====== Input records ======
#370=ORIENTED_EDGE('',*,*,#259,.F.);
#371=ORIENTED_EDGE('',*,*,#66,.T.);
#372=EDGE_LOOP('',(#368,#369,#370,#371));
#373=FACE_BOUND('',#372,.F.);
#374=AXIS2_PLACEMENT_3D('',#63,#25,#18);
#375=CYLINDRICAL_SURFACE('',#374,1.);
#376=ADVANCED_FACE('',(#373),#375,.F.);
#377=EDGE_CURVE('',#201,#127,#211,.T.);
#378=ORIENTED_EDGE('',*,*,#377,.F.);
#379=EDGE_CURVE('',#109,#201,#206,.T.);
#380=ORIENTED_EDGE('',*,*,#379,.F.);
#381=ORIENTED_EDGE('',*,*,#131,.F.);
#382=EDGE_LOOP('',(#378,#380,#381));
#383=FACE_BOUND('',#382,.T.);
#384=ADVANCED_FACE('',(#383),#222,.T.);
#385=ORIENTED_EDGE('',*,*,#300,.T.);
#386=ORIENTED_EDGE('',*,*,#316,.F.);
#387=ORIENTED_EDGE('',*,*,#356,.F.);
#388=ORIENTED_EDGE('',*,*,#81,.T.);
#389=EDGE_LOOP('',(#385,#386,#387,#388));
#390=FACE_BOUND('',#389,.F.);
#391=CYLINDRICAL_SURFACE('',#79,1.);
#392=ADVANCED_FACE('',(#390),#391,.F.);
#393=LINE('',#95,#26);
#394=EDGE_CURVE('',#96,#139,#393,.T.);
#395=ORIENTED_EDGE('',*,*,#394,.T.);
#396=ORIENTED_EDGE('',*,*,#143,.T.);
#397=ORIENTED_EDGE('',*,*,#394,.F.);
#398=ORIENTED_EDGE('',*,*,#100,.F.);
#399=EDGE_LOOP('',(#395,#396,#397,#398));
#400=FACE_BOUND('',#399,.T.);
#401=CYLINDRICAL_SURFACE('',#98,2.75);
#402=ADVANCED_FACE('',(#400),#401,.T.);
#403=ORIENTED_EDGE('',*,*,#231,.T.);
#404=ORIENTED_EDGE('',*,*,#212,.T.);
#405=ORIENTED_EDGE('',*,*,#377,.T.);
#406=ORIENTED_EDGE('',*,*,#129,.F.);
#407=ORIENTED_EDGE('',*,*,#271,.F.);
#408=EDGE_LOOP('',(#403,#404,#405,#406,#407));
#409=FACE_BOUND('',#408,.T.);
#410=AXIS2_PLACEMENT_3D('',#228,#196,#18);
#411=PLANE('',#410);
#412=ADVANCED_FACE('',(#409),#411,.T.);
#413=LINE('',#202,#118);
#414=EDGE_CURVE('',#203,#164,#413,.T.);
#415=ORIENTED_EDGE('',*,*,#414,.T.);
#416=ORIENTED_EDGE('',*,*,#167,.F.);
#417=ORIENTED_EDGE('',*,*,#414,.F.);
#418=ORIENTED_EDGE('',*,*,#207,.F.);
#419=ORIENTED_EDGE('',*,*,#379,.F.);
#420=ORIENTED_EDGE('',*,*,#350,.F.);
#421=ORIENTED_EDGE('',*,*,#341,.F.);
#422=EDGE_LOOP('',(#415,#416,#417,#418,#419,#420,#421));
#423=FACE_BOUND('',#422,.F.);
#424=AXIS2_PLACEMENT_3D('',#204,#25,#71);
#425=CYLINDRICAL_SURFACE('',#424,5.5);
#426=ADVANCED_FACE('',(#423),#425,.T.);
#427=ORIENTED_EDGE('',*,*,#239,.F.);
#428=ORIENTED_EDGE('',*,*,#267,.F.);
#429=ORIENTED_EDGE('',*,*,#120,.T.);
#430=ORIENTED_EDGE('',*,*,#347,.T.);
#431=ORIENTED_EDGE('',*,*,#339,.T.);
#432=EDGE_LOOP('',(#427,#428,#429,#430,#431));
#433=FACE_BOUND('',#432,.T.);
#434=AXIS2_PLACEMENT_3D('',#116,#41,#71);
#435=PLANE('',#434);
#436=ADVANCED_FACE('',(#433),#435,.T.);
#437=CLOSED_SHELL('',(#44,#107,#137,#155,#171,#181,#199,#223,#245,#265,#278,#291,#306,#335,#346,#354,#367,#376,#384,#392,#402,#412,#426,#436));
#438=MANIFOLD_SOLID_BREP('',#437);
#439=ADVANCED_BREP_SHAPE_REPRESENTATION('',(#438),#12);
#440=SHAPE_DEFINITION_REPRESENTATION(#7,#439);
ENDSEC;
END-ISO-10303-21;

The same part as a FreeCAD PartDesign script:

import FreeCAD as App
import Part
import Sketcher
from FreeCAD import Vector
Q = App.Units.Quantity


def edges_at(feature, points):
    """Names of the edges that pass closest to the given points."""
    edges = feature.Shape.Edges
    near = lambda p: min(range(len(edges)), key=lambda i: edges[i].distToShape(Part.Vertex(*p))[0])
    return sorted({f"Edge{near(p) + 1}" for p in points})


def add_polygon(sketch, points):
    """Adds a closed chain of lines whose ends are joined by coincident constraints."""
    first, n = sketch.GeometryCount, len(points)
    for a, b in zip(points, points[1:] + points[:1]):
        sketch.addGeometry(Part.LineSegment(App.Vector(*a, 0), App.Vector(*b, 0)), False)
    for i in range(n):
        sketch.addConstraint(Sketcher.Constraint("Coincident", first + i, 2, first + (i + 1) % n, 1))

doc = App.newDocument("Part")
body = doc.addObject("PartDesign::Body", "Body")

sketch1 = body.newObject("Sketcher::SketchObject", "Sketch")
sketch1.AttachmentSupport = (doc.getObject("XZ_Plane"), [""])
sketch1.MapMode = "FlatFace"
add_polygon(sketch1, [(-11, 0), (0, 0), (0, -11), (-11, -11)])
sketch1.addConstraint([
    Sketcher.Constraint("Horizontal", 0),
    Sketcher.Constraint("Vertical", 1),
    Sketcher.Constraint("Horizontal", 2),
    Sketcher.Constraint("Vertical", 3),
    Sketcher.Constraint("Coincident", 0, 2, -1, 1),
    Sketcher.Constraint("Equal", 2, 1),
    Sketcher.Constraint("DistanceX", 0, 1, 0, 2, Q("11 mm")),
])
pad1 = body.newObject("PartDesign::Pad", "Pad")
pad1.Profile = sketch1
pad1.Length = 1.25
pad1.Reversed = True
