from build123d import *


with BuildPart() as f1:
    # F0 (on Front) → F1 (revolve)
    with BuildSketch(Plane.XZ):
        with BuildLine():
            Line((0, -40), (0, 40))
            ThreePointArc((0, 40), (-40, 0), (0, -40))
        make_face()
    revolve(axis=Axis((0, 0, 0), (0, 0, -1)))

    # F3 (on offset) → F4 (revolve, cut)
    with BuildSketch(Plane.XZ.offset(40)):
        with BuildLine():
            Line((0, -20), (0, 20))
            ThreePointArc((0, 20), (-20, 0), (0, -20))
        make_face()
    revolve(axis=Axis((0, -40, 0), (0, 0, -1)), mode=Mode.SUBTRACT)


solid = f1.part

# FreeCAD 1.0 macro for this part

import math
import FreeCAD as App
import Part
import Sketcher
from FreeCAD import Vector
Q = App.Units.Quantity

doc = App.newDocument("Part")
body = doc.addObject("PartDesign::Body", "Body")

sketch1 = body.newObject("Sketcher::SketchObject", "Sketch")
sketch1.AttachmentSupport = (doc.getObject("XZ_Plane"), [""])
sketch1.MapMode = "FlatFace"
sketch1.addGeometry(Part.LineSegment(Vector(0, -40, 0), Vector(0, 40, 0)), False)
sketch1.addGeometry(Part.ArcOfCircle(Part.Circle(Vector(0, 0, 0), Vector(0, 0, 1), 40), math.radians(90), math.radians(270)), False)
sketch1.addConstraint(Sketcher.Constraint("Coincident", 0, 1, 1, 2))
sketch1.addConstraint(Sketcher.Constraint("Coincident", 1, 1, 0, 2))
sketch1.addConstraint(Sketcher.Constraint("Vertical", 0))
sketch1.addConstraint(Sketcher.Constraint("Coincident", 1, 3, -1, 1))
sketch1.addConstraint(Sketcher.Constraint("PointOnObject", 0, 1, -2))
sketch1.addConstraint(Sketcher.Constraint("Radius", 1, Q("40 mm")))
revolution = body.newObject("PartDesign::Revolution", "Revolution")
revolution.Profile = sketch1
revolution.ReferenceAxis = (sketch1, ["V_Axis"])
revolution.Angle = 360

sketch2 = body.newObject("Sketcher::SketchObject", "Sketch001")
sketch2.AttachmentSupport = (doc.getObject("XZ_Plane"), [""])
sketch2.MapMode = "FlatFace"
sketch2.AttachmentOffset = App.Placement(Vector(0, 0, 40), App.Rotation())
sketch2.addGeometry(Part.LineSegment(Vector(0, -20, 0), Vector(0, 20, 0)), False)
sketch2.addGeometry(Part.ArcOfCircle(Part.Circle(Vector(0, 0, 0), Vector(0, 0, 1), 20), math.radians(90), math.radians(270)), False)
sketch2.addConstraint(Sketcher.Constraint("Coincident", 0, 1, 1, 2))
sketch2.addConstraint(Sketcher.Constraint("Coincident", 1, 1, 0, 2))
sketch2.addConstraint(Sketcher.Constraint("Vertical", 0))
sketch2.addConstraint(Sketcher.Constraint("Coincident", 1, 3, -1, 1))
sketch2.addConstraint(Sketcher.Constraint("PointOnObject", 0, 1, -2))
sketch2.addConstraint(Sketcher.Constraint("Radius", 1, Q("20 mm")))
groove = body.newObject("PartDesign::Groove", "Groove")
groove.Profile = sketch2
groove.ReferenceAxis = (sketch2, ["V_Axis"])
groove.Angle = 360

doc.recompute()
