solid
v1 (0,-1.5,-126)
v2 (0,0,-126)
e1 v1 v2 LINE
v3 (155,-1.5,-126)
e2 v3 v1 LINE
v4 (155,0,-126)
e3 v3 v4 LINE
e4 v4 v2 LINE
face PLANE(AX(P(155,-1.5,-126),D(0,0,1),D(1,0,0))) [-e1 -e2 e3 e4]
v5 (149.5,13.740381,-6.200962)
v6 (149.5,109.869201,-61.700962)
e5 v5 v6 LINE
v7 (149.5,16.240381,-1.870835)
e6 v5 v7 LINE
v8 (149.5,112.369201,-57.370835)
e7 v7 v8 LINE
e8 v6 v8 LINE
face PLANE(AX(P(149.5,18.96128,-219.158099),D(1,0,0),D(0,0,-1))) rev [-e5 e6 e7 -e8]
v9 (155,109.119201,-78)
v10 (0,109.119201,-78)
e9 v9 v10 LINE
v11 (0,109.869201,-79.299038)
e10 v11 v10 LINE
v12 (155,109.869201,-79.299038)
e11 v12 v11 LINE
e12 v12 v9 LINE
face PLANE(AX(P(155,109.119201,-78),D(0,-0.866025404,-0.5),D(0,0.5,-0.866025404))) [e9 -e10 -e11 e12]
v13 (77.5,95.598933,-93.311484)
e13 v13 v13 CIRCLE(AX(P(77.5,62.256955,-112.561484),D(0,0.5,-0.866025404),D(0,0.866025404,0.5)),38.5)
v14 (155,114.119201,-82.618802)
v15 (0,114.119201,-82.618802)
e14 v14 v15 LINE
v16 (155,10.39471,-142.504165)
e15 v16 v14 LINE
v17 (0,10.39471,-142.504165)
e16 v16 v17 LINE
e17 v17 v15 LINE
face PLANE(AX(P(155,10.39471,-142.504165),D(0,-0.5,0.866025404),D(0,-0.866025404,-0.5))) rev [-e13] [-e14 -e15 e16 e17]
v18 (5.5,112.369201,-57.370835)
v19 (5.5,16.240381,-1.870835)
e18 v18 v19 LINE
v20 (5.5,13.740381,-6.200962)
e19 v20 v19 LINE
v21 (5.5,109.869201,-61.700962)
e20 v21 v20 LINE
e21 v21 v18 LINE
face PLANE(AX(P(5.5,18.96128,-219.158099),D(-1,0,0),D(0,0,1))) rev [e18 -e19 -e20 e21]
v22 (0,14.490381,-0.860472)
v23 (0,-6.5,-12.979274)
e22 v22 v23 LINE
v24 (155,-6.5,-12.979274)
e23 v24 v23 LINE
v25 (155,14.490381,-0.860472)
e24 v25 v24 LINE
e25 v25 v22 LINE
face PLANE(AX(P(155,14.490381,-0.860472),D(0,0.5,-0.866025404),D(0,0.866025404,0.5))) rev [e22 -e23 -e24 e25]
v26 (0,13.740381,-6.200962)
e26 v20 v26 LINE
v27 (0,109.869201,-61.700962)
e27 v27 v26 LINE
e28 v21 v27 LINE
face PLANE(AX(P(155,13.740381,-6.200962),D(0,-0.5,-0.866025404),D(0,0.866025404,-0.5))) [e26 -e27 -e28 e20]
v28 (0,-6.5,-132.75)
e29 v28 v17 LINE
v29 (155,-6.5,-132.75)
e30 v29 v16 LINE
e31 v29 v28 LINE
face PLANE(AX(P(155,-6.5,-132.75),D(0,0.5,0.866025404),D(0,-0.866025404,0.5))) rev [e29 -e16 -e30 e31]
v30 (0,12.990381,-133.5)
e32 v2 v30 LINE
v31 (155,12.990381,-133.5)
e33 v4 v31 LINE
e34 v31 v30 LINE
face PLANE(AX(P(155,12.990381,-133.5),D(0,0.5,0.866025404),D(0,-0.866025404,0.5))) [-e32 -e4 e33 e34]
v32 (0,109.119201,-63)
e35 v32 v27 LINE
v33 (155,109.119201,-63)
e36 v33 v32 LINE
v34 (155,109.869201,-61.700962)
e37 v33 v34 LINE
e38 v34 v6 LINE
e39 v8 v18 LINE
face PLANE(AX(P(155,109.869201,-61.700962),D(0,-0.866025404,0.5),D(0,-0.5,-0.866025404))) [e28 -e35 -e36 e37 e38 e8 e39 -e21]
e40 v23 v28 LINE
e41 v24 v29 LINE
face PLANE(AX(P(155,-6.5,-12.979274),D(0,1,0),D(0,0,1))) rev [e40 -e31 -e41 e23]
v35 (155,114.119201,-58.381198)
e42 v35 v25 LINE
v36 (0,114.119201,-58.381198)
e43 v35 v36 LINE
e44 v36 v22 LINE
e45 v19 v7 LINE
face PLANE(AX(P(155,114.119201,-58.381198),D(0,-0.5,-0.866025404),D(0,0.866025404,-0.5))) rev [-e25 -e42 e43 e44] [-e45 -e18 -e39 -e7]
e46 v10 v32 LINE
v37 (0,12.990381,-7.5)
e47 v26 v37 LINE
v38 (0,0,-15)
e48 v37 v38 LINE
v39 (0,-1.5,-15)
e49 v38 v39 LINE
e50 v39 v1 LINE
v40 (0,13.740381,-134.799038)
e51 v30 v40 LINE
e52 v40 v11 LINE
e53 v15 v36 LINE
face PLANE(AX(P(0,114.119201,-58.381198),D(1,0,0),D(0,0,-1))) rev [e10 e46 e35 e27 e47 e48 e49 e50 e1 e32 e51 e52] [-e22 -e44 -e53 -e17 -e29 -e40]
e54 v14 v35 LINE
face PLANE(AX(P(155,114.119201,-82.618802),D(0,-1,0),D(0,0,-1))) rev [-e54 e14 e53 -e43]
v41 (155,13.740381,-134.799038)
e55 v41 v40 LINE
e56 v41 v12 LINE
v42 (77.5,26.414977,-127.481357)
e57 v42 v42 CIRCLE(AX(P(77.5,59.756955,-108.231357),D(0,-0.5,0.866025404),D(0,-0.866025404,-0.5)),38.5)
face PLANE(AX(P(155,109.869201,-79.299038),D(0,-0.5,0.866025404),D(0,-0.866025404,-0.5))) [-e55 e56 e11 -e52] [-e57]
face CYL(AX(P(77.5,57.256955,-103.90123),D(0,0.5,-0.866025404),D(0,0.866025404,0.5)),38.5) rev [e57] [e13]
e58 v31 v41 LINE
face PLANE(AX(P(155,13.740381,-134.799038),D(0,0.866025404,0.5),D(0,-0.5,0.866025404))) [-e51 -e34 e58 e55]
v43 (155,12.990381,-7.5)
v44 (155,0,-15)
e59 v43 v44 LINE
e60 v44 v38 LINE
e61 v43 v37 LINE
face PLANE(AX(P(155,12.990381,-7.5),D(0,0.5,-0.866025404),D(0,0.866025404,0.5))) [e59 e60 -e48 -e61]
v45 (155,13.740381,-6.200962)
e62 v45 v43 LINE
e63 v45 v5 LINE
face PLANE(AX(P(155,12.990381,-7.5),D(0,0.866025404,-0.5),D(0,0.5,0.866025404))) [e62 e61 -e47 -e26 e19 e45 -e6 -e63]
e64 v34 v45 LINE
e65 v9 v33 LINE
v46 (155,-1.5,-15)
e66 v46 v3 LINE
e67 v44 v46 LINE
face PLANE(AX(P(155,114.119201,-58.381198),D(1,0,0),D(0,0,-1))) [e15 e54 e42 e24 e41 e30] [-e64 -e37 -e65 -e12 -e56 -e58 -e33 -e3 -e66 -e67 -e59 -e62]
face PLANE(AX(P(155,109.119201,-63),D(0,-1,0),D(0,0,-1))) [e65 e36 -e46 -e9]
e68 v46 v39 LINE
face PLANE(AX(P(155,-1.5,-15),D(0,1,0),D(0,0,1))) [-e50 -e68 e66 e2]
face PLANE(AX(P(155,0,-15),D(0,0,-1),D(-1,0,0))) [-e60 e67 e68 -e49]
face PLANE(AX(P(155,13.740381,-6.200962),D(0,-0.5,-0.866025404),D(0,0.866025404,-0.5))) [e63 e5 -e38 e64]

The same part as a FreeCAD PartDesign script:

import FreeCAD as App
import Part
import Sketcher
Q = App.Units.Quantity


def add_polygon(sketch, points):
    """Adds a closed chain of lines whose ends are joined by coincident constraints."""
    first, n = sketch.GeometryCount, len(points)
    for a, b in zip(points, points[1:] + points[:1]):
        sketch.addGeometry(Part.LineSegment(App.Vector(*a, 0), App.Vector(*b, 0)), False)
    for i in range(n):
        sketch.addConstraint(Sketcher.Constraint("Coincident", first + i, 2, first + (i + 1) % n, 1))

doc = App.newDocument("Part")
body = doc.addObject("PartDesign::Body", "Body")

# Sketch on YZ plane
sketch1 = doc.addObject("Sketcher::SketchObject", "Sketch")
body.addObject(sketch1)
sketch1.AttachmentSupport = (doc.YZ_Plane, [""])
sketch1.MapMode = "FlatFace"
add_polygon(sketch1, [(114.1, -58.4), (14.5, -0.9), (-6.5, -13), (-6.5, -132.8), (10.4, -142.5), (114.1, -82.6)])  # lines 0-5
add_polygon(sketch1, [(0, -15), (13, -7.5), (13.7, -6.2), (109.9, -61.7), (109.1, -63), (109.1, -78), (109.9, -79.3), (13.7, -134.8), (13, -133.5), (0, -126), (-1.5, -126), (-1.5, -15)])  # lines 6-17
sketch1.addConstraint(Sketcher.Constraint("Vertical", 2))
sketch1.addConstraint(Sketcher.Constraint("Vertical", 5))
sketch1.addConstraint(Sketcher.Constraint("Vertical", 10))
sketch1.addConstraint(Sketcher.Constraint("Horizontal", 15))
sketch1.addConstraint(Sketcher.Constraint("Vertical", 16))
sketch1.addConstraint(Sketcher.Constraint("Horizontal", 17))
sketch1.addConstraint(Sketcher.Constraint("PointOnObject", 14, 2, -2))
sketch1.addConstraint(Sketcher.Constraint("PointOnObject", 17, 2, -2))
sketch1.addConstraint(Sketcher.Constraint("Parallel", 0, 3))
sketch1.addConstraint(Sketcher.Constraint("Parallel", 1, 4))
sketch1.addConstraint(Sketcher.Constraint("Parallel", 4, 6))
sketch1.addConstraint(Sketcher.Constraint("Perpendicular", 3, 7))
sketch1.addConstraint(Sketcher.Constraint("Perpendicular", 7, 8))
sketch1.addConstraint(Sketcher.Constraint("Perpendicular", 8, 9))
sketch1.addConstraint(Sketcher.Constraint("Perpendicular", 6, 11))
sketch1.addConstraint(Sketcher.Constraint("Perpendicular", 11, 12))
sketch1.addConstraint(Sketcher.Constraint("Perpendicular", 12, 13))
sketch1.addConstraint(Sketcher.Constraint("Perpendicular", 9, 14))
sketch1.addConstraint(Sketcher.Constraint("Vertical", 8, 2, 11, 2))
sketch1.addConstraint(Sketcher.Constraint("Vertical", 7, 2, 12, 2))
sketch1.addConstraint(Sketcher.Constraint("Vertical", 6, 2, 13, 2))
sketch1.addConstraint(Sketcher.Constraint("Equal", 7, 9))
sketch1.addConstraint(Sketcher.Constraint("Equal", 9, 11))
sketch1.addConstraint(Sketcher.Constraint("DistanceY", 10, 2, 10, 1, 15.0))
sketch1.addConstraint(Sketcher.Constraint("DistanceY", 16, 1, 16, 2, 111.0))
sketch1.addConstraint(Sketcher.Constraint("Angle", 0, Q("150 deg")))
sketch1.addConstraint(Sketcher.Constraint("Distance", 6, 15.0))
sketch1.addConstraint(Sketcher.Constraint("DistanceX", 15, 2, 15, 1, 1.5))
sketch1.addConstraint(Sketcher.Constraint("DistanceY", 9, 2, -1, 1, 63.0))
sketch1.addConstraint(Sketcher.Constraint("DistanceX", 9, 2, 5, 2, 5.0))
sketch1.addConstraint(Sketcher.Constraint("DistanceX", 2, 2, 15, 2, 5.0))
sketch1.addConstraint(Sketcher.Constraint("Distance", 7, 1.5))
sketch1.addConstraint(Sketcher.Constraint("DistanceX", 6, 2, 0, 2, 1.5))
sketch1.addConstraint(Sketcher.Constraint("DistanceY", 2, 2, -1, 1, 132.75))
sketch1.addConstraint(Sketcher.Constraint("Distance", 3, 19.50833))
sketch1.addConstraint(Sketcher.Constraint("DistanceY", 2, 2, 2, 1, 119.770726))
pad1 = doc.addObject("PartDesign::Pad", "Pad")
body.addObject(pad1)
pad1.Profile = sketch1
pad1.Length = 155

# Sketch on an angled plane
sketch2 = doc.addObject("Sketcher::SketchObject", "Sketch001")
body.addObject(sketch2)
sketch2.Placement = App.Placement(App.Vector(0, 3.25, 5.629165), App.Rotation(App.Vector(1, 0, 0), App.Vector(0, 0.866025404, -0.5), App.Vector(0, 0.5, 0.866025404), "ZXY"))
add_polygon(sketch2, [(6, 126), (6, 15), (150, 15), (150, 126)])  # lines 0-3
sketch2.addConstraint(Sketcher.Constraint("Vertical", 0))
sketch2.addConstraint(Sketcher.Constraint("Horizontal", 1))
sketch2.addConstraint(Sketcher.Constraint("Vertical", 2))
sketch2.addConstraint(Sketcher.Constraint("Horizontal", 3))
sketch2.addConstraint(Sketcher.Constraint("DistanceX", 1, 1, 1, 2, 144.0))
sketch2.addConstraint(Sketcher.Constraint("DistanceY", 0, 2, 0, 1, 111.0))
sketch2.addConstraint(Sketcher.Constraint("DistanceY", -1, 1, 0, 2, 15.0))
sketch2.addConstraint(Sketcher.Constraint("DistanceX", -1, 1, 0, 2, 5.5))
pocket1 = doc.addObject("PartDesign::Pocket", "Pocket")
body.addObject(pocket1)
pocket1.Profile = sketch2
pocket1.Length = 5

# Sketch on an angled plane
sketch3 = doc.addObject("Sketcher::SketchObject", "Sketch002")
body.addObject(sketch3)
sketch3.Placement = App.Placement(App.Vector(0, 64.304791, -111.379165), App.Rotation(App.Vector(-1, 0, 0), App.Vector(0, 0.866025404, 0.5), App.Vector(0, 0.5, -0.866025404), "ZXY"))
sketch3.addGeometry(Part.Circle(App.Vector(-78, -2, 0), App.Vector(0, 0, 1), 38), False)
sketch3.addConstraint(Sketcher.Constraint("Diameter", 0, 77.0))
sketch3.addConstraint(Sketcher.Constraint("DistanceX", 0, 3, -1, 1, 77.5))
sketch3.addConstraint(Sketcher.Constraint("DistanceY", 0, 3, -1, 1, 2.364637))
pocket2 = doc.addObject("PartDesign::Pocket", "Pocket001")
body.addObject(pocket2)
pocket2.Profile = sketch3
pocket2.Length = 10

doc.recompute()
======
## [The task]
Each line from the start of the records through the line holding "#419=ORIENTED_EDGE('',*,*,#379,.F.);" must be returned exactly; nothing else belongs in the answer.

## [Completed exercise]
#370=ORIENTED_EDGE('',*,*,#259,.F.);
#371=ORIENTED_EDGE('',*,*,#66,.T.);
#372=EDGE_LOOP('',(#368,#369,#370,#371));
#373=FACE_BOUND('',#372,.F.);
#374=AXIS2_PLACEMENT_3D('',#63,#25,#18);
#375=CYLINDRICAL_SURFACE('',#374,1.);
#376=ADVANCED_FACE('',(#373),#375,.F.);
#377=EDGE_CURVE('',#201,#127,#211,.T.);
#378=ORIENTED_EDGE('',*,*,#377,.F.);
#379=EDGE_CURVE('',#109,#201,#206,.T.);
#380=ORIENTED_EDGE('',*,*,#379,.F.);
#381=ORIENTED_EDGE('',*,*,#131,.F.);
#382=EDGE_LOOP('',(#378,#380,#381));
#383=FACE_BOUND('',#382,.T.);
#384=ADVANCED_FACE('',(#383),#222,.T.);
#385=ORIENTED_EDGE('',*,*,#300,.T.);
#386=ORIENTED_EDGE('',*,*,#316,.F.);
#387=ORIENTED_EDGE('',*,*,#356,.F.);
#388=ORIENTED_EDGE('',*,*,#81,.T.);
#389=EDGE_LOOP('',(#385,#386,#387,#388));
#390=FACE_BOUND('',#389,.F.);
#391=CYLINDRICAL_SURFACE('',#79,1.);
#392=ADVANCED_FACE('',(#390),#391,.F.);
#393=LINE('',#95,#26);
#394=EDGE_CURVE('',#96,#139,#393,.T.);
#395=ORIENTED_EDGE('',*,*,#394,.T.);
#396=ORIENTED_EDGE('',*,*,#143,.T.);
#397=ORIENTED_EDGE('',*,*,#394,.F.);
#398=ORIENTED_EDGE('',*,*,#100,.F.);
#399=EDGE_LOOP('',(#395,#396,#397,#398));
#400=FACE_BOUND('',#399,.T.);
#401=CYLINDRICAL_SURFACE('',#98,2.75);
#402=ADVANCED_FACE('',(#400),#401,.T.);
#403=ORIENTED_EDGE('',*,*,#231,.T.);
#404=ORIENTED_EDGE('',*,*,#212,.T.);
#405=ORIENTED_EDGE('',*,*,#377,.T.);
#406=ORIENTED_EDGE('',*,*,#129,.F.);
#407=ORIENTED_EDGE('',*,*,#271,.F.);
#408=EDGE_LOOP('',(#403,#404,#405,#406,#407));
#409=FACE_BOUND('',#408,.T.);
#410=AXIS2_PLACEMENT_3D('',#228,#196,#18);
#411=PLANE('',#410);
#412=ADVANCED_FACE('',(#409),#411,.T.);
#413=LINE('',#202,#118);
#414=EDGE_CURVE('',#203,#164,#413,.T.);
#415=ORIENTED_EDGE('',*,*,#414,.T.);
#416=ORIENTED_EDGE('',*,*,#167,.F.);
#417=ORIENTED_EDGE('',*,*,#414,.F.);
#418=ORIENTED_EDGE('',*,*,#207,.F.);
#419=ORIENTED_EDGE('',*,*,#379,.F.);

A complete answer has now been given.